Posted by: Kent Jones | May 18, 2011 at 11:24 AM
I don't find THE MORE THE MERRIER laborious at all; I think it's quite romantic and funny, the latter especially whenever Charles Coburn is on-screen. And I also think ALICE ADAMS holds up pretty well. I am of the opinion, however, that Stevens' post-WWII work does tend to get laborious, though (and yes, sadly, I do include SHANE, GIANT, and to a lesser extent, A PLACE IN THE SUN in that assessment, even though they both have undeniably good things about them), and his pre-WWII stuff tends to work the best for me.
Posted by: lipranzer | May 18, 2011 at 12:45 PM
I like The More the Merrier quite a lot, but it doesn't start getting really good until it stops trying to be funny. That same sense mentioned above of something being "off" about the slapstick applies here to the early scenes of Jean Arthur and Charles Coburn fumbling around a too-small apartment. It's just the pacing is wrong or it feels overly fussed-with or something.
Posted by: BLH | May 18, 2011 at 02:08 PM
BLH, same with TALK OF THE TOWN, at least as I remember it.
lipranzer, I know that everyone finds the post-war films laborious, and I suppose I agree. But the films made before and during the war are supposed to be light, whereas the ones made after are quite deliberately and sometimes daringly mannered. To me, calling GIANT "heavy" is like calling CLUELESS "light."
Posted by: Kent Jones | May 18, 2011 at 05:34 PM
Joseph L. Mankiewicz wrote the last scene of WOTY after an unsuccessful preview, and was not pleased with the way Stevens directed it (Cukor was one of the few directors who worked well with a script in which Mankiewicz had a hand).
Posted by: Brian Dauth | May 18, 2011 at 07:14 PM
I remember reading the original Ring Lardner Jr.-written final scene of WOTY in a Screenwriter's Guild newsletter and it was quite good and in keeping with the rest of the film.
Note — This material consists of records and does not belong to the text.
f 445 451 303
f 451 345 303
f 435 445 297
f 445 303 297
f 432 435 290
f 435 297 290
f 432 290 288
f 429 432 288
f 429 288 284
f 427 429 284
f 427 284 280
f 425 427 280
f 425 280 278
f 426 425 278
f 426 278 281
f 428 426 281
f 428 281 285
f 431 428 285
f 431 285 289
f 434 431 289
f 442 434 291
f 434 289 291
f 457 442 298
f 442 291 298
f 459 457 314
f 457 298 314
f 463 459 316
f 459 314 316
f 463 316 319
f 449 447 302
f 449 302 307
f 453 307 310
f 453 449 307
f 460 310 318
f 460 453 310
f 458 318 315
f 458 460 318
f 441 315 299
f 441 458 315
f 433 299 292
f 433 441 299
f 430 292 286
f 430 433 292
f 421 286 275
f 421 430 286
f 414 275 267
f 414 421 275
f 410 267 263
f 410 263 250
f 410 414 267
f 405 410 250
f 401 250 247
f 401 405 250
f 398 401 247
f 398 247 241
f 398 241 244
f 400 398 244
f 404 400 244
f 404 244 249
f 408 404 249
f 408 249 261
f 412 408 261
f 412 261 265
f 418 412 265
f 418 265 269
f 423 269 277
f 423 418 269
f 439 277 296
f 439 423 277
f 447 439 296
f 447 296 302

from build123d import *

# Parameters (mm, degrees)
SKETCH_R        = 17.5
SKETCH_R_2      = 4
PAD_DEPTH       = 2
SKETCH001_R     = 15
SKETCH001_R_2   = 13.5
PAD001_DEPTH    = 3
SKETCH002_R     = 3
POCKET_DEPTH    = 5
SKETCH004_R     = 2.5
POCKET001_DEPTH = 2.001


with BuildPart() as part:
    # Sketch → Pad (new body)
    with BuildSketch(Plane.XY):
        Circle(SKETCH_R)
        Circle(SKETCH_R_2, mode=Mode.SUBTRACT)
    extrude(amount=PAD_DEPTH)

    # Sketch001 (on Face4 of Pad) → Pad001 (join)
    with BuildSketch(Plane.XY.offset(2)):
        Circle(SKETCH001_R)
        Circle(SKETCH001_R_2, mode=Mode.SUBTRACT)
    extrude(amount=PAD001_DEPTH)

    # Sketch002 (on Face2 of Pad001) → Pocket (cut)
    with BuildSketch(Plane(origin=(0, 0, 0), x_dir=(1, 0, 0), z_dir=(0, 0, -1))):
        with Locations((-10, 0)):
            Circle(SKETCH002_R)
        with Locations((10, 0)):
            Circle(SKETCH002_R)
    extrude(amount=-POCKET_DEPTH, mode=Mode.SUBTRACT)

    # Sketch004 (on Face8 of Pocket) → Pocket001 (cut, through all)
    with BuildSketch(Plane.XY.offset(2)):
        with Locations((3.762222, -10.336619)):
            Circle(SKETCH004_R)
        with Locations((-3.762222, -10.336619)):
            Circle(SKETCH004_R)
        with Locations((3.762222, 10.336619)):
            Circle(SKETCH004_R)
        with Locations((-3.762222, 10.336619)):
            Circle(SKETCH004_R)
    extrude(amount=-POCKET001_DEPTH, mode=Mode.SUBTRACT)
The appending of the excruciating Mankiewicz finale was a result of the popular belief (which Hepburn herself subscribed to) that audiences liked seeing the uppity actress kicked off her high horse in the last reel. It worked in The Philadelphia Story, and it was a feature of so many of her post-1940 films.
Posted by: Carrie | May 19, 2011 at 09:13 AM
The original script was written by Lardner Jr. and Michael Kanin, Garson's brother, and Garson may have had his hand in, as well. Lardner wondered why Hepburn wouldn't defend the original ending and he thought that perhaps she was still sufficiently spooked by her near-death career experience to be unsure of her judgment and unwilling to risk that this film might not succeed commercially. (Apparently preview audiences responded well to the botched waffles.)
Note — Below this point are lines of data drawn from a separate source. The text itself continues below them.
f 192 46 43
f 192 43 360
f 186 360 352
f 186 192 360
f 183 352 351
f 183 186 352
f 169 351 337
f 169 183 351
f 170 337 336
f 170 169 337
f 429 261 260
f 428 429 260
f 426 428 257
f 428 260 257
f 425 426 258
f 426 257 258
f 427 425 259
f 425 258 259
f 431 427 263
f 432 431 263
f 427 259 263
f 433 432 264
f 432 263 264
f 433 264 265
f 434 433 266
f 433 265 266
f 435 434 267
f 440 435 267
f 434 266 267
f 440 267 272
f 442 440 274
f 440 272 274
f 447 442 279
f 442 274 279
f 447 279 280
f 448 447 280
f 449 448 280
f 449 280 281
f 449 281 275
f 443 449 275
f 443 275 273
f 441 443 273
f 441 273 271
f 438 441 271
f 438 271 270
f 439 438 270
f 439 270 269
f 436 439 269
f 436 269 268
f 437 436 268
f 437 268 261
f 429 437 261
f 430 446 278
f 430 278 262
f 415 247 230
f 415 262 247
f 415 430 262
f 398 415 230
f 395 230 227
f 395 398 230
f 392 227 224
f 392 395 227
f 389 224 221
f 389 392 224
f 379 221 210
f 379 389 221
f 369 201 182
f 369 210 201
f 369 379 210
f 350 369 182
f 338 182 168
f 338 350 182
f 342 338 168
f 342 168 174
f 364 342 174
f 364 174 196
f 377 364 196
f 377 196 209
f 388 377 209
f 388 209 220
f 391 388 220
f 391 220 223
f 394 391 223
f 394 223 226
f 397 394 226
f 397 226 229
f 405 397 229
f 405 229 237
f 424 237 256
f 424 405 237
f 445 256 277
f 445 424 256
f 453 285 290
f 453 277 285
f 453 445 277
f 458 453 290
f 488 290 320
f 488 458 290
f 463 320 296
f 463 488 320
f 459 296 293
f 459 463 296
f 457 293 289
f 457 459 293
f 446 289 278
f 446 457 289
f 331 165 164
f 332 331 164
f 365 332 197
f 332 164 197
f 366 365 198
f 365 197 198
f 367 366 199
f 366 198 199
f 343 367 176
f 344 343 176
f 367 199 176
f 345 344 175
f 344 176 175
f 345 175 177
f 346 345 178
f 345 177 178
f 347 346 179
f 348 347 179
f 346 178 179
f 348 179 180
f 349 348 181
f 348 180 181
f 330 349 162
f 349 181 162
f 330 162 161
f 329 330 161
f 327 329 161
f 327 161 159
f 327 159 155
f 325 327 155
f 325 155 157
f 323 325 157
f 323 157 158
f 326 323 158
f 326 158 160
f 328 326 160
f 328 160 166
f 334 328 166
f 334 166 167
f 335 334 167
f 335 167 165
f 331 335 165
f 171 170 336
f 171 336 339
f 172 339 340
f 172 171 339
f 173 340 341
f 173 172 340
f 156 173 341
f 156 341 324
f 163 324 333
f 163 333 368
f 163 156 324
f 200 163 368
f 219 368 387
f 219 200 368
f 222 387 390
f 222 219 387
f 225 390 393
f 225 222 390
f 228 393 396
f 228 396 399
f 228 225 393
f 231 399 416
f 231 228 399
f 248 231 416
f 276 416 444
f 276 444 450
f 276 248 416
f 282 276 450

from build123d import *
I like the first half of the film. It's funny and Hepburn and Tracy are setting off sparks that wouldn't be seen from them again till Adam's Rib (maybe never; the sexual vibe between them is strongest in WOTY). Also, Tracy is at his most attractive - not saying much IMO, but he's still very appealing in the first half. Later he is less so mainly because the deck is so plainly being stacked for him. In a way that's true all through the movie, but it gets really bad then and the Hepburn character is deprived of all charm and wit.
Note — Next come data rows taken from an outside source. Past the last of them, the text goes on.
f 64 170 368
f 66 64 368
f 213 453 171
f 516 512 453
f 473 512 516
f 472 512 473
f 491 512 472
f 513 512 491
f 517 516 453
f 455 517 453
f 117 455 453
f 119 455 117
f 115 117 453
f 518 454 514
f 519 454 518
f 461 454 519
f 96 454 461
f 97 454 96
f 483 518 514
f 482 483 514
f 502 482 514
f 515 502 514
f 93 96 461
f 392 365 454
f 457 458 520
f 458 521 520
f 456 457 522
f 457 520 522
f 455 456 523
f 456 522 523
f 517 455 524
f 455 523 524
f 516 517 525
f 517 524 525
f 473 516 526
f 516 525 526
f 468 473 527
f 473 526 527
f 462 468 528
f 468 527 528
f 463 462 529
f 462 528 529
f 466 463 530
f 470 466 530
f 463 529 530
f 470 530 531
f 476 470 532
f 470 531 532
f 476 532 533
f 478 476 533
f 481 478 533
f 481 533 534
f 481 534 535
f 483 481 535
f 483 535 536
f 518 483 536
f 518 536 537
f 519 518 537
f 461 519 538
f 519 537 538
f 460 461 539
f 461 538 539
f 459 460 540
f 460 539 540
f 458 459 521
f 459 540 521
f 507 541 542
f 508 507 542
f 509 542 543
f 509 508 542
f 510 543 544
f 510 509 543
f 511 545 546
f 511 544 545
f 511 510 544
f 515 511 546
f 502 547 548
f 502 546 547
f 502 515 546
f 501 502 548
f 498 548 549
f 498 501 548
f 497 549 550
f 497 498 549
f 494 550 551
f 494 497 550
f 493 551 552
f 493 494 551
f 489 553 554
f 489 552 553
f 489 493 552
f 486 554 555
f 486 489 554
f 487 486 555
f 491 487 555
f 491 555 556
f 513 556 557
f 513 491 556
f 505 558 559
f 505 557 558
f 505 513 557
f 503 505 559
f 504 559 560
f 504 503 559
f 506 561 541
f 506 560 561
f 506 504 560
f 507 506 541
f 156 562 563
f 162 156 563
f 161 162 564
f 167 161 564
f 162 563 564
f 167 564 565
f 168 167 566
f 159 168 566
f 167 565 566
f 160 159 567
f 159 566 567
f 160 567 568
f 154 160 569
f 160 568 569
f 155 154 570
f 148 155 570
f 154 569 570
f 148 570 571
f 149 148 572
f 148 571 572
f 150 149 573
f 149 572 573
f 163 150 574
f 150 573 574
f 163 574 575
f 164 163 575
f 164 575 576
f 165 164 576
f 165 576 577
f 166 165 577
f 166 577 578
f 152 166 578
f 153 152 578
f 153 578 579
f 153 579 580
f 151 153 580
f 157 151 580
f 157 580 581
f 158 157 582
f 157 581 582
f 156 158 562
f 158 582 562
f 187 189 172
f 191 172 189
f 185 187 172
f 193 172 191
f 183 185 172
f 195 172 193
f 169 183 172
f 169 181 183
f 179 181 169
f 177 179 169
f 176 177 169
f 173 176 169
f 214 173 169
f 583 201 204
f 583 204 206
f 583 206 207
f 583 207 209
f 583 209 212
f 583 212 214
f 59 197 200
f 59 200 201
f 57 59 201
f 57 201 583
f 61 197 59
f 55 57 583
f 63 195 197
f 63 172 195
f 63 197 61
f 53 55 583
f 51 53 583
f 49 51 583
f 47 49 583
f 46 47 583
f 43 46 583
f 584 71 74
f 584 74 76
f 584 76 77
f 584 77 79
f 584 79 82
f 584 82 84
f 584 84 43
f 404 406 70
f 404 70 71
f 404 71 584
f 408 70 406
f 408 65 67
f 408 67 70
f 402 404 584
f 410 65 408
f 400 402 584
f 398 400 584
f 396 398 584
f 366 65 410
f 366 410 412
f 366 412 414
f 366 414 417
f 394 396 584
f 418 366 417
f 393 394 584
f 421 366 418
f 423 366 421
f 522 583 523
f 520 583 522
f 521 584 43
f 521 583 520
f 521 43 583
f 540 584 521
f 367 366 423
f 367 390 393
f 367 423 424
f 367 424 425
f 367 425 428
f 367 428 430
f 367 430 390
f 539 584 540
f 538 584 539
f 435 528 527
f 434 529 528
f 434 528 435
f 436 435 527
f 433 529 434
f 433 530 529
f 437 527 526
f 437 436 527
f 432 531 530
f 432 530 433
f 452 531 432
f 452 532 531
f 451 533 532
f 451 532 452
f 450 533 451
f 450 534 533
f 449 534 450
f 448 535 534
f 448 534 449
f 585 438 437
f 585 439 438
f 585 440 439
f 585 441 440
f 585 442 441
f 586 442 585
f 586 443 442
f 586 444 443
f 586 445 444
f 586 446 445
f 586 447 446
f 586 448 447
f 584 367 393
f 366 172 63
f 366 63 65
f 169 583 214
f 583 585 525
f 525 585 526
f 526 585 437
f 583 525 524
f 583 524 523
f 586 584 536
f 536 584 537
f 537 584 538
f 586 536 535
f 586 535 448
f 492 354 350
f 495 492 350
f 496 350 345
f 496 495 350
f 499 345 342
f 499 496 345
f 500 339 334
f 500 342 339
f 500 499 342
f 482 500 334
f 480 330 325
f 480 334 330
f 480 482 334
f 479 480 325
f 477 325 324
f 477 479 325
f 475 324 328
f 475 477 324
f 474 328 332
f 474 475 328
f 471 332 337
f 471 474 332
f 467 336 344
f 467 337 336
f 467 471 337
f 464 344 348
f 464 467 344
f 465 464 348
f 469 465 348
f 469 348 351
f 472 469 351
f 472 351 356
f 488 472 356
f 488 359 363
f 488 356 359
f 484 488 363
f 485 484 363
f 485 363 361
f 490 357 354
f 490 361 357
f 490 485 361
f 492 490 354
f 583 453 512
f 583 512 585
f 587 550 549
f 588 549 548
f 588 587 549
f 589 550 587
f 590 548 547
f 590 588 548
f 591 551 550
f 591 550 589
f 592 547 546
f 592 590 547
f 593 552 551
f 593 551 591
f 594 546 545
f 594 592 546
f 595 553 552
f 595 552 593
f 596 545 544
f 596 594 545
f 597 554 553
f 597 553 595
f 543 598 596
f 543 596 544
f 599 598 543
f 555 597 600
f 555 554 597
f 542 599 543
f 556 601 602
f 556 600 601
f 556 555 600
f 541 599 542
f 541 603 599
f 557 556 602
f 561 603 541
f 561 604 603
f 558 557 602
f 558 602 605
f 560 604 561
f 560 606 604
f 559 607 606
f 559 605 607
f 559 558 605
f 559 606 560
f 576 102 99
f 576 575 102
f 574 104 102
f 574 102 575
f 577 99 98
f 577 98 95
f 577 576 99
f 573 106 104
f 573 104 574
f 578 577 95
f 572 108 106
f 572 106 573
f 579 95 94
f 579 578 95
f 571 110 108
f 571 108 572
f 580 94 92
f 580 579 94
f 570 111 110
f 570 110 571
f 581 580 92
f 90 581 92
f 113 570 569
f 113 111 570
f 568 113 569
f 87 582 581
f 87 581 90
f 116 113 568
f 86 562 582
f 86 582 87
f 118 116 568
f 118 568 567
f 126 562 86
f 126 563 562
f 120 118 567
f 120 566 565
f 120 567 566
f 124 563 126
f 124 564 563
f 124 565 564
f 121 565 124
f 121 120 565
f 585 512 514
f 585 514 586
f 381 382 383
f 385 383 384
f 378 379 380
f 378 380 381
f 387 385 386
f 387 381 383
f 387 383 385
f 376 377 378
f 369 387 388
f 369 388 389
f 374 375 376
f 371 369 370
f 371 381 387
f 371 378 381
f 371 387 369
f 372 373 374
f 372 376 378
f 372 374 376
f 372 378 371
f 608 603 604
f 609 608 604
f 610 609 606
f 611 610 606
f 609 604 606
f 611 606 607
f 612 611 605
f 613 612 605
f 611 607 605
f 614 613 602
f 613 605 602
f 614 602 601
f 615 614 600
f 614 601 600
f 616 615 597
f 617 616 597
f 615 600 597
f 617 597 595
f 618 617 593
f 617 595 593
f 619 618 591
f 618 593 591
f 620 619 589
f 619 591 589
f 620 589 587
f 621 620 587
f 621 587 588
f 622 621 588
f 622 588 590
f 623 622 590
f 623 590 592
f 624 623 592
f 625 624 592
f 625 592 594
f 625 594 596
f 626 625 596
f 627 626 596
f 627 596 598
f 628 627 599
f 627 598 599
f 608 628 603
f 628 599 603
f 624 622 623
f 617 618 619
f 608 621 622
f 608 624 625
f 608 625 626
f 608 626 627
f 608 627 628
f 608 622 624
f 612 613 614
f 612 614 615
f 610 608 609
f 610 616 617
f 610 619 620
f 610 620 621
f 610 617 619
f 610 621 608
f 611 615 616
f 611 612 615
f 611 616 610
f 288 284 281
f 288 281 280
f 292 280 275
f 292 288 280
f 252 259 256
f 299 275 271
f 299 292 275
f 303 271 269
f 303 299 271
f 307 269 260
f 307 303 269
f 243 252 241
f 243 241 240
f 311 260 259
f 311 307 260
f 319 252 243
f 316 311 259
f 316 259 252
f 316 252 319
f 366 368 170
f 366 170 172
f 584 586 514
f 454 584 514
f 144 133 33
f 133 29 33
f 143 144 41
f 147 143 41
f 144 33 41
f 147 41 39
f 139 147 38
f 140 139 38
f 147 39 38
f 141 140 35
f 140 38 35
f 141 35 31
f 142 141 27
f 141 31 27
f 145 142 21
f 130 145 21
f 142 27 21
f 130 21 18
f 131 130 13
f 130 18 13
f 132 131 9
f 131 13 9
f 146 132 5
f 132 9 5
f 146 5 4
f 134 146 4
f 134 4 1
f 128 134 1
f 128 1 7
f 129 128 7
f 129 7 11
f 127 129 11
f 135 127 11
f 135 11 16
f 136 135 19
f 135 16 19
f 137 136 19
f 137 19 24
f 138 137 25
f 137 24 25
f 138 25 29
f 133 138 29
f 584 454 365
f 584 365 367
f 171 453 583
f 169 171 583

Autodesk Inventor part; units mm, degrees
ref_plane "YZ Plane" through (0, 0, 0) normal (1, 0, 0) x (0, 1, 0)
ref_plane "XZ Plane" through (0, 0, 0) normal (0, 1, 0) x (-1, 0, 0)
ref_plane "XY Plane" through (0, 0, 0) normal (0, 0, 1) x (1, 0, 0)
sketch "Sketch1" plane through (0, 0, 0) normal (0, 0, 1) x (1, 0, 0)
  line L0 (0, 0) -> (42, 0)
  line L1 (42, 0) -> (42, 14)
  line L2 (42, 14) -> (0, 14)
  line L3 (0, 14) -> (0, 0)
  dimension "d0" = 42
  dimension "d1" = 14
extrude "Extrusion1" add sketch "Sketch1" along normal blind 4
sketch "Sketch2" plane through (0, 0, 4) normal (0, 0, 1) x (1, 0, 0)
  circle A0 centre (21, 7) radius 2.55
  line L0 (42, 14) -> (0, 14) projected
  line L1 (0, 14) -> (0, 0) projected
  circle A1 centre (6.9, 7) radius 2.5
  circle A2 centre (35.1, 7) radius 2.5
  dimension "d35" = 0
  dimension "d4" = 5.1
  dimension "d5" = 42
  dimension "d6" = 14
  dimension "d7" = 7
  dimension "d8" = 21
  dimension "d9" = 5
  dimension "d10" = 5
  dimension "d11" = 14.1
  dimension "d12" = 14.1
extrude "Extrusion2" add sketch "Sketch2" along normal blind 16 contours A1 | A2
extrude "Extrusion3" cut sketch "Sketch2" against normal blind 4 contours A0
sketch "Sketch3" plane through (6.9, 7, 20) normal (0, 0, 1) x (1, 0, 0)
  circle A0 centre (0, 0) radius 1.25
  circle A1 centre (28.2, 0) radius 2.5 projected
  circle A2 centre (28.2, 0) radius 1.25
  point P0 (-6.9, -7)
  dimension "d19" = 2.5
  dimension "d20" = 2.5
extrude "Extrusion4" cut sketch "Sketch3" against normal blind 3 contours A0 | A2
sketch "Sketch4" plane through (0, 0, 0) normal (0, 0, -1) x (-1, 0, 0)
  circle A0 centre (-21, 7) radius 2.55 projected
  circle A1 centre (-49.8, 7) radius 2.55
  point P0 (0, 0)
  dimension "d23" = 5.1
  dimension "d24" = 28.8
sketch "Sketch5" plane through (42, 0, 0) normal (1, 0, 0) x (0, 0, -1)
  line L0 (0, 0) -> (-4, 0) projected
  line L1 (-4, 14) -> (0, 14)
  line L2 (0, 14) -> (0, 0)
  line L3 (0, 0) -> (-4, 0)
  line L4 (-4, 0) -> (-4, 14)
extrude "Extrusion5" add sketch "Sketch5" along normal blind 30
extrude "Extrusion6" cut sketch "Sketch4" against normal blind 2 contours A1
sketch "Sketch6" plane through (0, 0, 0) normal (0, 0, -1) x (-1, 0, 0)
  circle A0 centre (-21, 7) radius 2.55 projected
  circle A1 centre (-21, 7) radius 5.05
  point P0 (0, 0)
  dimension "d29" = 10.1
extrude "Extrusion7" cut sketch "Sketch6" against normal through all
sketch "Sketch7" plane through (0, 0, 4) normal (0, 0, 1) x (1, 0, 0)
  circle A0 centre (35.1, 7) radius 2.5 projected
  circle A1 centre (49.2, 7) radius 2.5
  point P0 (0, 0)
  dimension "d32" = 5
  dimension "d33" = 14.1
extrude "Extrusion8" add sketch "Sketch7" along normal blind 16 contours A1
I'm not sure you want to waste your time plowing through all of these films, though. Some of them are just not that good or interesting.
Posted by: Stephanie | May 19, 2011 at 04:12 PM
Thanks Stephanie, but except for the second half of "Pat and Mike" and "Guess Who's Coming To Dinner," a picture with which we're both pretty familiar to begin with, the plowing has been accomplished.